I figured it would be better to greet everyone before posting a topic about gear.

I'm 30, living in the french Alps, near La Clusaz. Been riding for a couple decades after a few years of skiing as a kid.

Could not ride regularly between 22 and 27, but since we moved here I'm back to the snow as much as I can during winter.
Strictly resort for the moment, because I lack the gear and training to go back country.
Still trying to find pow when I can.

My objectives for this season are to improve in freestyle and free carving. But before that, my pre season goal is to lose around 10 Kg to be more agile on the snow.
I would love to be able to 360 cleanly.

For the moment my quiver is modest, I'm riding a 2019 Jones Mountain Twin 161W with 2019 Drake 50s bindings. And a 2007 Bataleon The Enemy that is dear to my heart but a bit too small and pretty damaged from years of careless storage in a family garage. Planning to find a good crafstman to restore it to its former glory.
And I'm currently trying out tons of boots, trying to benefit from the summer sales. And I'm also keeping an eye out for any K2 Alchemist or Jones Flagship when I'll have some more "fun money".

And that's the subject of the post I will make in the gear section.


----------



## BoardieK (Dec 21, 2015)

La Clusaz looks like a nice place, I've driven through in our motorhome a few times after staying up at Chinaillon (Le Grand Bornand) and then heading over the Col des Aravis to Les Saisies, The only spot I've ridden in the La Clusaz ski area is at Manigod but the Col de Balme looks pretty impressive. Great spot to live, if we are in the area in the new year I'll send you a pm.


----------



## YouGoNCY (Aug 6, 2021)

BoardieK said:


> La Clusaz looks like a nice place, I've driven through in our motorhome a few times after staying up at Chinaillon (Le Grand Bornand) and then heading over the Col des Aravis to Les Saisies, The only spot I've ridden in the La Clusaz ski area is at Manigod but the Col de Balme looks pretty impressive. Great spot to live, if we are in the area in the new year I'll send you a pm.



Yeah I mean, I live 30 minutes from there, not actually on the slopes. But it was to give an idea of where I was roughly.
I kinda prefer the Grand Bornand to ride. La Clusaz is steeper (in the interesting part, I think), as you said, Balme is a cool place but also pretty steep and "moguly" so it asks for quite a lot of energy to ride on. It's not "mellow chill and fun", it's focus and be clean. Also, Balme groomers are in the dark for a good part of the day. It's good so it's less prone to be slushy, but it can also be quite hard snow and a bit icy. The whole vibe of the spot is """hardcore""" skiers doing groomer skiers things. With a few pow spots here and there but they're heavily traced pretty fast.

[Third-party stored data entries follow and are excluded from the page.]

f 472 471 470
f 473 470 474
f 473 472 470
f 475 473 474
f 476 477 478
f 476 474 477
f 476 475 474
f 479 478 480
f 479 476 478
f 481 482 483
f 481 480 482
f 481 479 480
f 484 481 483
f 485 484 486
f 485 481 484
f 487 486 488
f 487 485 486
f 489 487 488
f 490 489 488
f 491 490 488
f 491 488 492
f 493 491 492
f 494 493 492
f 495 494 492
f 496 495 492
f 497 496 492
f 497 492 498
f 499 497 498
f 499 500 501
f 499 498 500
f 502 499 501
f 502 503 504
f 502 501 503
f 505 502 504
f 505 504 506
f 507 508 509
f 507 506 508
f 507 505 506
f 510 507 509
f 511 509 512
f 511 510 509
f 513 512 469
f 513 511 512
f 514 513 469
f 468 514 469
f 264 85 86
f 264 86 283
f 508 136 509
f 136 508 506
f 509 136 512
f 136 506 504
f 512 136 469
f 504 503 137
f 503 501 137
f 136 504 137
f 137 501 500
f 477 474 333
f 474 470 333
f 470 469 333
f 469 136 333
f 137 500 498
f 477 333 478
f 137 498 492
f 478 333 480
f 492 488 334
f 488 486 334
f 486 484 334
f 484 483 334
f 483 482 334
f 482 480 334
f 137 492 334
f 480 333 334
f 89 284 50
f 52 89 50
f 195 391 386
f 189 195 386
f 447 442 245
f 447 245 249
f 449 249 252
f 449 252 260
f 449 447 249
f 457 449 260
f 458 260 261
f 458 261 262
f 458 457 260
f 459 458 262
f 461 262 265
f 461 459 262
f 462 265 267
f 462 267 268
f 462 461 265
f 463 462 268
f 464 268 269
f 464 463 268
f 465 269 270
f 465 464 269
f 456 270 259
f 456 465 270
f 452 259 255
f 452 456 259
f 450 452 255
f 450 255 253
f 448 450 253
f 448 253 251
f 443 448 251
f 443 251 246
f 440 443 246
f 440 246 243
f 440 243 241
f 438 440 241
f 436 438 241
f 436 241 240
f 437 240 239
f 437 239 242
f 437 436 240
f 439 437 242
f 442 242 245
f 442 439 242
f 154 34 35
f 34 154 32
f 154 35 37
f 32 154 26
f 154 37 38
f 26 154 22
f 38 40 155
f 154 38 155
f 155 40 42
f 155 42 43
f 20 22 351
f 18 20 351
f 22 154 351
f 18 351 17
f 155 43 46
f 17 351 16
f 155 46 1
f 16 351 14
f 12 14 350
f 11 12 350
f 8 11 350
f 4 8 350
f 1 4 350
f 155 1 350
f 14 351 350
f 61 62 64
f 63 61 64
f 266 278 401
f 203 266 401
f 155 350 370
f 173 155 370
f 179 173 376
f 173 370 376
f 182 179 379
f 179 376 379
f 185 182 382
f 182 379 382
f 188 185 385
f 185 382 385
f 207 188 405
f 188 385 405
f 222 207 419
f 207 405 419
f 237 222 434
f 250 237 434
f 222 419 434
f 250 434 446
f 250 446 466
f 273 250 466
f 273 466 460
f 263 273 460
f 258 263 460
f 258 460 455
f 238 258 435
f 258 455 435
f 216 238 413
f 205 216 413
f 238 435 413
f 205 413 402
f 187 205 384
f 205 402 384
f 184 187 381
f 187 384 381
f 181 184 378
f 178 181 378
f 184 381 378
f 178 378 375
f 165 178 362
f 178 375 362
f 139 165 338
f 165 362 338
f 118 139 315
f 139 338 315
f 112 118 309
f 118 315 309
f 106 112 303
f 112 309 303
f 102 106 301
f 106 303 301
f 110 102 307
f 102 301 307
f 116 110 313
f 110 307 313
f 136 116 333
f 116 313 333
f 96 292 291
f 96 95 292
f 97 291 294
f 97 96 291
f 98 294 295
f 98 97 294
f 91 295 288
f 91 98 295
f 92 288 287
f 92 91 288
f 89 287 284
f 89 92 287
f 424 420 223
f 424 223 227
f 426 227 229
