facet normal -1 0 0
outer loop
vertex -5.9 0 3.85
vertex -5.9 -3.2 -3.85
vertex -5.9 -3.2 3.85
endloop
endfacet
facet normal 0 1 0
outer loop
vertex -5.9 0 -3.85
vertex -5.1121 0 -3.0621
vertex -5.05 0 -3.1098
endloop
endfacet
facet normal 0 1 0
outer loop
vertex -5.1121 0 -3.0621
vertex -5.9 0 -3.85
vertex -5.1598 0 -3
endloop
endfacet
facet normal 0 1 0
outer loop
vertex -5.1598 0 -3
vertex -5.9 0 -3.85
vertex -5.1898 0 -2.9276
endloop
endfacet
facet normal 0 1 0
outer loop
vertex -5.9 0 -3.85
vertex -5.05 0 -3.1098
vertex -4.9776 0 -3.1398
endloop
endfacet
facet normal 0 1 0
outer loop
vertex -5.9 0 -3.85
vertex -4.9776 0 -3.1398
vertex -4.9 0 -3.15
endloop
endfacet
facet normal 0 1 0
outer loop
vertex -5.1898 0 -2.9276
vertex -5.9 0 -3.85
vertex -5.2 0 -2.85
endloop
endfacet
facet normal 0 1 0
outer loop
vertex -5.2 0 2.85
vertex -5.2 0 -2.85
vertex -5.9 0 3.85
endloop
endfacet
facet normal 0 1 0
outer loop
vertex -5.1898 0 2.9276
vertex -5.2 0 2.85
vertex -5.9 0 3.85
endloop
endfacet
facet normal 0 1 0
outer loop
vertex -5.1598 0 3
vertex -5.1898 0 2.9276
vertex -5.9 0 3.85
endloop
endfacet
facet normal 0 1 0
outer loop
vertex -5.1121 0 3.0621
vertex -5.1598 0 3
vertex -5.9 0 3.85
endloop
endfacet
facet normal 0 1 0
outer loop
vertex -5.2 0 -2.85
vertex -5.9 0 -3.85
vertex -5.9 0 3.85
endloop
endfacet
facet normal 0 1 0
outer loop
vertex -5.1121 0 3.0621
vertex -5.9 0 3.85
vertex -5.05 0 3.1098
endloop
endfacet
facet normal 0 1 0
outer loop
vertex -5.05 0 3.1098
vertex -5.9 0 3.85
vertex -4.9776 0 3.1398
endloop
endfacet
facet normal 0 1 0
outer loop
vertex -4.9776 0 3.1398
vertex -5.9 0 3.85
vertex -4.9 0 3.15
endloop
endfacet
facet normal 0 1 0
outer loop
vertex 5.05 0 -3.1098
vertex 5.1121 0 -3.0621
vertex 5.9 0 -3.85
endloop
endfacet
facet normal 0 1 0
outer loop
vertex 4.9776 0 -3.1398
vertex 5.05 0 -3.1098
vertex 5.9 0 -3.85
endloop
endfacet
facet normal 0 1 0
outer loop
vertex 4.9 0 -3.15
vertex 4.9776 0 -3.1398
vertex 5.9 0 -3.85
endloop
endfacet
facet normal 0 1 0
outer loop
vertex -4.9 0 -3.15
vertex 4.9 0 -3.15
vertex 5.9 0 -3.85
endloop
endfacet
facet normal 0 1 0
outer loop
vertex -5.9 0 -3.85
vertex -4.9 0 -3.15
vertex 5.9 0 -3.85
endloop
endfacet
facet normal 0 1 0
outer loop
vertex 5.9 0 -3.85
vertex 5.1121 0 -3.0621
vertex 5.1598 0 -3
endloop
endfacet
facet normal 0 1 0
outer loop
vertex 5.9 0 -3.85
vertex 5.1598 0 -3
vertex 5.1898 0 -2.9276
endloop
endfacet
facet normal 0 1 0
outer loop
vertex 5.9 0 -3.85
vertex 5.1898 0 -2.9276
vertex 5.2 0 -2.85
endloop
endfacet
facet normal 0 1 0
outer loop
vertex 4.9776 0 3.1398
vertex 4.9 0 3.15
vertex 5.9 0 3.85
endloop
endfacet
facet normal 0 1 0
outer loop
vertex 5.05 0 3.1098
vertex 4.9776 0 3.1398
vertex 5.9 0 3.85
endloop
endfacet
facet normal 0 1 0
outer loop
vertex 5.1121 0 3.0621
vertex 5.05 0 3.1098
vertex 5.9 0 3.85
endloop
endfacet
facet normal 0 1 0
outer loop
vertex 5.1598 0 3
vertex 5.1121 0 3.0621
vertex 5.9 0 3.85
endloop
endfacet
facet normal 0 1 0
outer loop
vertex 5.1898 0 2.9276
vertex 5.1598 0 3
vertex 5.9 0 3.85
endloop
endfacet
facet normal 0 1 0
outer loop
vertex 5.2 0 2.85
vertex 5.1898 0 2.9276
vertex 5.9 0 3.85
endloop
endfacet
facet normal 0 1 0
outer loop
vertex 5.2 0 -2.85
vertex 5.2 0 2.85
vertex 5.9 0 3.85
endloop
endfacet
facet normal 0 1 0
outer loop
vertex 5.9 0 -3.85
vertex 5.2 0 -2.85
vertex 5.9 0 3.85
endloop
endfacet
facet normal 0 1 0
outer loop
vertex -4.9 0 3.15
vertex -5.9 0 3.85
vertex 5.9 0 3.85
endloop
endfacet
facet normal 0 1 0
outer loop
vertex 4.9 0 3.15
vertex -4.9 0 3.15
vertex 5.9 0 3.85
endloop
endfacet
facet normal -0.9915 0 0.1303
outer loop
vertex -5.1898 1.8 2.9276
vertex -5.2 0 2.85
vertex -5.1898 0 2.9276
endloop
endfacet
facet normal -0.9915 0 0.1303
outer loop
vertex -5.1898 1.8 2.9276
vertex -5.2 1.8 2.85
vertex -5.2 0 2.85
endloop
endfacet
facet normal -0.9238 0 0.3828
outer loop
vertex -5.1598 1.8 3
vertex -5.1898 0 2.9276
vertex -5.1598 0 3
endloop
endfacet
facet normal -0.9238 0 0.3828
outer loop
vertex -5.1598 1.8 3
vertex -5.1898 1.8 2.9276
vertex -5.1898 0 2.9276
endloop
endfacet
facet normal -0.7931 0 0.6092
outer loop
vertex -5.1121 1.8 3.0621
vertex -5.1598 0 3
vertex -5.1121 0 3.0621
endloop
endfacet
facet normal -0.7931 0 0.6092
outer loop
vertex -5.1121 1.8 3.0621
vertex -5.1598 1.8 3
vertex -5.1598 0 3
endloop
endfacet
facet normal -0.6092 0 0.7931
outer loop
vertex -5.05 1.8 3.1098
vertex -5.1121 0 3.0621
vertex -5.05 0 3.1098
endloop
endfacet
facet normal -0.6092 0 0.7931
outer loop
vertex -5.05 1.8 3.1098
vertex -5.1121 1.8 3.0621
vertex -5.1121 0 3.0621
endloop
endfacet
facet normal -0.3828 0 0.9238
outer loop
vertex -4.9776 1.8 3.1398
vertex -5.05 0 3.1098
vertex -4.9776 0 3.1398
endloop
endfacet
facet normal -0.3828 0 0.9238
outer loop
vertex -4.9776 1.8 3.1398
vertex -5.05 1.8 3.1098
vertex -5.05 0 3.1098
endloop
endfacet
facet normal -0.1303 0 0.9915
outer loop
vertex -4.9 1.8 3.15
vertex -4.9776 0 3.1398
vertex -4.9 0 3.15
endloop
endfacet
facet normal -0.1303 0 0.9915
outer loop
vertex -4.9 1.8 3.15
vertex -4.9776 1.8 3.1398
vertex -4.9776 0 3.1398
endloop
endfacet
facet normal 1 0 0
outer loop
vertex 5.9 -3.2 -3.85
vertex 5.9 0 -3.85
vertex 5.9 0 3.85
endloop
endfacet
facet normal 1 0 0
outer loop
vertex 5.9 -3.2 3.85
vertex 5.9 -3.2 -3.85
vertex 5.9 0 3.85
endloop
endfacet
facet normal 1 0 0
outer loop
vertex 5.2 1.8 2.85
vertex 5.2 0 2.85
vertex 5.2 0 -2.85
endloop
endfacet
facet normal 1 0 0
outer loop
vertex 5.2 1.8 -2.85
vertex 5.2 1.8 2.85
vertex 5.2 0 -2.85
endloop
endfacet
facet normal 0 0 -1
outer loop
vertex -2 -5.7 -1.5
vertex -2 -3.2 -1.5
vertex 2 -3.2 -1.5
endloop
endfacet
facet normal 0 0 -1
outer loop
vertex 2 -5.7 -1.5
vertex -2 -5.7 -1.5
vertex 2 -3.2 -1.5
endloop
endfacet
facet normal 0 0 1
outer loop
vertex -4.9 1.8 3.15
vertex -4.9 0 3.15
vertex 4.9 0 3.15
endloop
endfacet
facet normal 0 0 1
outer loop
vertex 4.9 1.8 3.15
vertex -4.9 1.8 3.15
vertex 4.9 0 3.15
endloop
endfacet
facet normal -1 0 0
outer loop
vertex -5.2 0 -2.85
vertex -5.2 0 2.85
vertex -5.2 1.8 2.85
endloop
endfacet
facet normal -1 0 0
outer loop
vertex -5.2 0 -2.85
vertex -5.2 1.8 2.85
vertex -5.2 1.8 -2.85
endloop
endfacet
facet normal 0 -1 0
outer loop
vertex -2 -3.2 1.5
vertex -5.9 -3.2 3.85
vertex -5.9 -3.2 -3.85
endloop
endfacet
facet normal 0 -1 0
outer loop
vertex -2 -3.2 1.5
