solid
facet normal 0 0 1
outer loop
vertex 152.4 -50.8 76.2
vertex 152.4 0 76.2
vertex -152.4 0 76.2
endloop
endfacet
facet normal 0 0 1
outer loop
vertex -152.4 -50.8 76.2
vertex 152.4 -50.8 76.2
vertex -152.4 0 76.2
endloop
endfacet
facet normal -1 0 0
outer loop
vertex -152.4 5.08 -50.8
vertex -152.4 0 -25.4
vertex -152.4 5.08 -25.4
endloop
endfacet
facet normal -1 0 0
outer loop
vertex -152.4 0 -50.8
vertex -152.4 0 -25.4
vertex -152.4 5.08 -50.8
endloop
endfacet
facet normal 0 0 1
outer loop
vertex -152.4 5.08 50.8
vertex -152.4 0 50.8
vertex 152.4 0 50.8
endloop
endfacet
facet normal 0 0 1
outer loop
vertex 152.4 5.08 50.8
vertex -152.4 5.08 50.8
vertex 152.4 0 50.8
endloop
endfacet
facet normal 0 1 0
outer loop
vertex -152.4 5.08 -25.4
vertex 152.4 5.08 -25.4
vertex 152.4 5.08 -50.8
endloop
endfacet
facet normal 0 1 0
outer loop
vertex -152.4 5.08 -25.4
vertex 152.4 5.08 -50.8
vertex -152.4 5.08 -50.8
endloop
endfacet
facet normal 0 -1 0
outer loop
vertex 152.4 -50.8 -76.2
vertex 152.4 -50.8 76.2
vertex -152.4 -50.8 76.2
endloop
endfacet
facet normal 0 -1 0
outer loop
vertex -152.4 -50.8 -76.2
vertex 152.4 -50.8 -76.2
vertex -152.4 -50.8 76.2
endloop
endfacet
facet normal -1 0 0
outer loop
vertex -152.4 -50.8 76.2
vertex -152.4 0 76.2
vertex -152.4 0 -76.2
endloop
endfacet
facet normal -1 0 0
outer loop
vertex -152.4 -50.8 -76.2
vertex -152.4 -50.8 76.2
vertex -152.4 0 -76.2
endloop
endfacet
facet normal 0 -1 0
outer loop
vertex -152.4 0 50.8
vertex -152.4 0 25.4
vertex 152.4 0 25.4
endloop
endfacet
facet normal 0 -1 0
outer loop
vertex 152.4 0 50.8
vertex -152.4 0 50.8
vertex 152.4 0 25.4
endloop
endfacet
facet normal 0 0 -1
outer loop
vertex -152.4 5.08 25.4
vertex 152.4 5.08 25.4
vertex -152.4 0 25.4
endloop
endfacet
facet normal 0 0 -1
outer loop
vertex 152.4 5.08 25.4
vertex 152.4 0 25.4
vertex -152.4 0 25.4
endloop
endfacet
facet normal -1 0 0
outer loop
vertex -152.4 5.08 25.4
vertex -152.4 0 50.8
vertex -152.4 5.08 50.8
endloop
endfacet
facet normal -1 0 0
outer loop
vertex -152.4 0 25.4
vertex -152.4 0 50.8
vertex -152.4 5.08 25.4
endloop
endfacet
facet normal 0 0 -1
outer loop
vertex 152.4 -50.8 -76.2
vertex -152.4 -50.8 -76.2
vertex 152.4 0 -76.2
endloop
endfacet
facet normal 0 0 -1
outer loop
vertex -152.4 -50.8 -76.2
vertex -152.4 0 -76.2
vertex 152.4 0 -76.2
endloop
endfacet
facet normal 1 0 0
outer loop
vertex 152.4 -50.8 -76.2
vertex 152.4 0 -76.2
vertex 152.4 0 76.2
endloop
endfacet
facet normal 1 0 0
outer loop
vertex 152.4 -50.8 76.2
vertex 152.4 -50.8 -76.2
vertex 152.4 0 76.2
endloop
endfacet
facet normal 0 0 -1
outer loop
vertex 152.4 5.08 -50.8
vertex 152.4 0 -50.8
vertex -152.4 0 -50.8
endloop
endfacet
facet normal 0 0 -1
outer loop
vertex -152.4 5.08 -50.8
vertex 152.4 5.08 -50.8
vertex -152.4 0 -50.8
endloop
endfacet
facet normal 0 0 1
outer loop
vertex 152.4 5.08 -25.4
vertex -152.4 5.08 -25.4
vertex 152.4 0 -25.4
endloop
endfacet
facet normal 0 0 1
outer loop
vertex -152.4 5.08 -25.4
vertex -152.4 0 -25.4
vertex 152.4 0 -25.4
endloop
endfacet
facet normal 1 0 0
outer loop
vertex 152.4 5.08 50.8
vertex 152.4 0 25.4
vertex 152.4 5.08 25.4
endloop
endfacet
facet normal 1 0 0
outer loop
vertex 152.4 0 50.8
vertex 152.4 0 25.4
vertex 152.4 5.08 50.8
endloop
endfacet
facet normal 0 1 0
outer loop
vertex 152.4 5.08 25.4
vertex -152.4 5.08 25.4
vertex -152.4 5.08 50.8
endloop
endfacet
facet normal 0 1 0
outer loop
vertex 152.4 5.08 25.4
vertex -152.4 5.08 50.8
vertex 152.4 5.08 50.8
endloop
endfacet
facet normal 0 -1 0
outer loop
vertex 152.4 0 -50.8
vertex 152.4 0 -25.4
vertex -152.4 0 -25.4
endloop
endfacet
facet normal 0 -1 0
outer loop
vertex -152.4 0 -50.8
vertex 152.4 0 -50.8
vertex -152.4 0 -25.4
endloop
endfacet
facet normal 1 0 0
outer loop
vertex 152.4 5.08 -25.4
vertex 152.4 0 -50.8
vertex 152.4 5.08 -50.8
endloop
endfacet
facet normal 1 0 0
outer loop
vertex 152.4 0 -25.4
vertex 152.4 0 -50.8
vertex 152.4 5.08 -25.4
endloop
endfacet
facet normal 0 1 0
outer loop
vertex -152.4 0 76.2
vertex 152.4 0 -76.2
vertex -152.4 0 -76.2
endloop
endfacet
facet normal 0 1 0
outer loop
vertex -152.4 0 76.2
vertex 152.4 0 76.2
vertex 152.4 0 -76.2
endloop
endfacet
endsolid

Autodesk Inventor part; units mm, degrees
ref_plane "YZ Plane" through (0, 0, 0) normal (1, 0, 0) x (0, 1, 0)
ref_plane "XZ Plane" through (0, 0, 0) normal (0, 1, 0) x (-1, 0, 0)
sketch "Substrate and Ribbon" plane through (0, 0, 0) normal (0, 1, 0) x (-1, 0, 0)
  line L0 (-152.4, 76.2) -> (152.4, 76.2)
  line L1 (152.4, 76.2) -> (152.4, -76.2)
  line L2 (152.4, -76.2) -> (-152.4, -76.2)
  line L3 (-152.4, -76.2) -> (-152.4, 76.2)
  line L4 (-152.4, 76.2) -> (152.4, -76.2) construction
  line L5 (152.4, 76.2) -> (-152.4, -76.2) construction
  line L6 (152.4, -25.4) -> (-152.4, -25.4)
  line L7 (-152.4, -25.4) -> (-152.4, -50.8)
  line L8 (-152.4, -50.8) -> (152.4, -50.8)
  line L9 (152.4, -50.8) -> (152.4, -25.4)
  line L10 (152.4, 0) -> (-152.4, 0) construction
  point P0 (0, 0)
  dimension "d0" = 304.8
  dimension "d1" = 152.4
  dimension "d2" = 25.4
  dimension "d10" = 25.4
extrude "Graphene Ribbon" add sketch "Substrate and Ribbon" along normal blind 5.08 contours L6 L1 L8 L3
extrude "Substrate" add sketch "Substrate and Ribbon" against normal blind 50.8 separate body
ref_plane "Mirror Plane" through (-152.4, 0, 0) normal (0, 0, -1) x (1, 0, 0)
mirror "Coupled Ribbon" about plane through (-152.4, 0, 0) normal (0, 0, -1) of "Graphene Ribbon" bodies 1
properties part number "Coupler-3D"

But yeah, still a part of the resort to go to, the view from the top is incredible, with the "pas dans le vide" thingy. And when you're full of energy in the morning, It's good. But I often give up on it for the afternoon, going some places with more sun and a bit more mellow groomers.


----------



## Gladed (Aug 26, 2018)

YouGoNCY said:


> Hey,
> 
> I figured it would be better to greet everyone before posting a topic about gear.


Welcome from across the pond!👋


----------



## Manicmouse (Apr 7, 2014)

Welcome from down under!


----------



## snidesensitive (Mar 19, 2020)

Welcome, bro!


----------



## vehupequ (Aug 23, 2021)

Hello and welcome


----------



## YouGoNCY (Aug 6, 2021)

Popo_Lino said:


> Welcome! To live in the french Alps is a dream. Lucky you


Comes with drawbacks and benefits. If we listened to my partner, we would be living by the sea. But screw that noise, we can go there for the holidays !


----------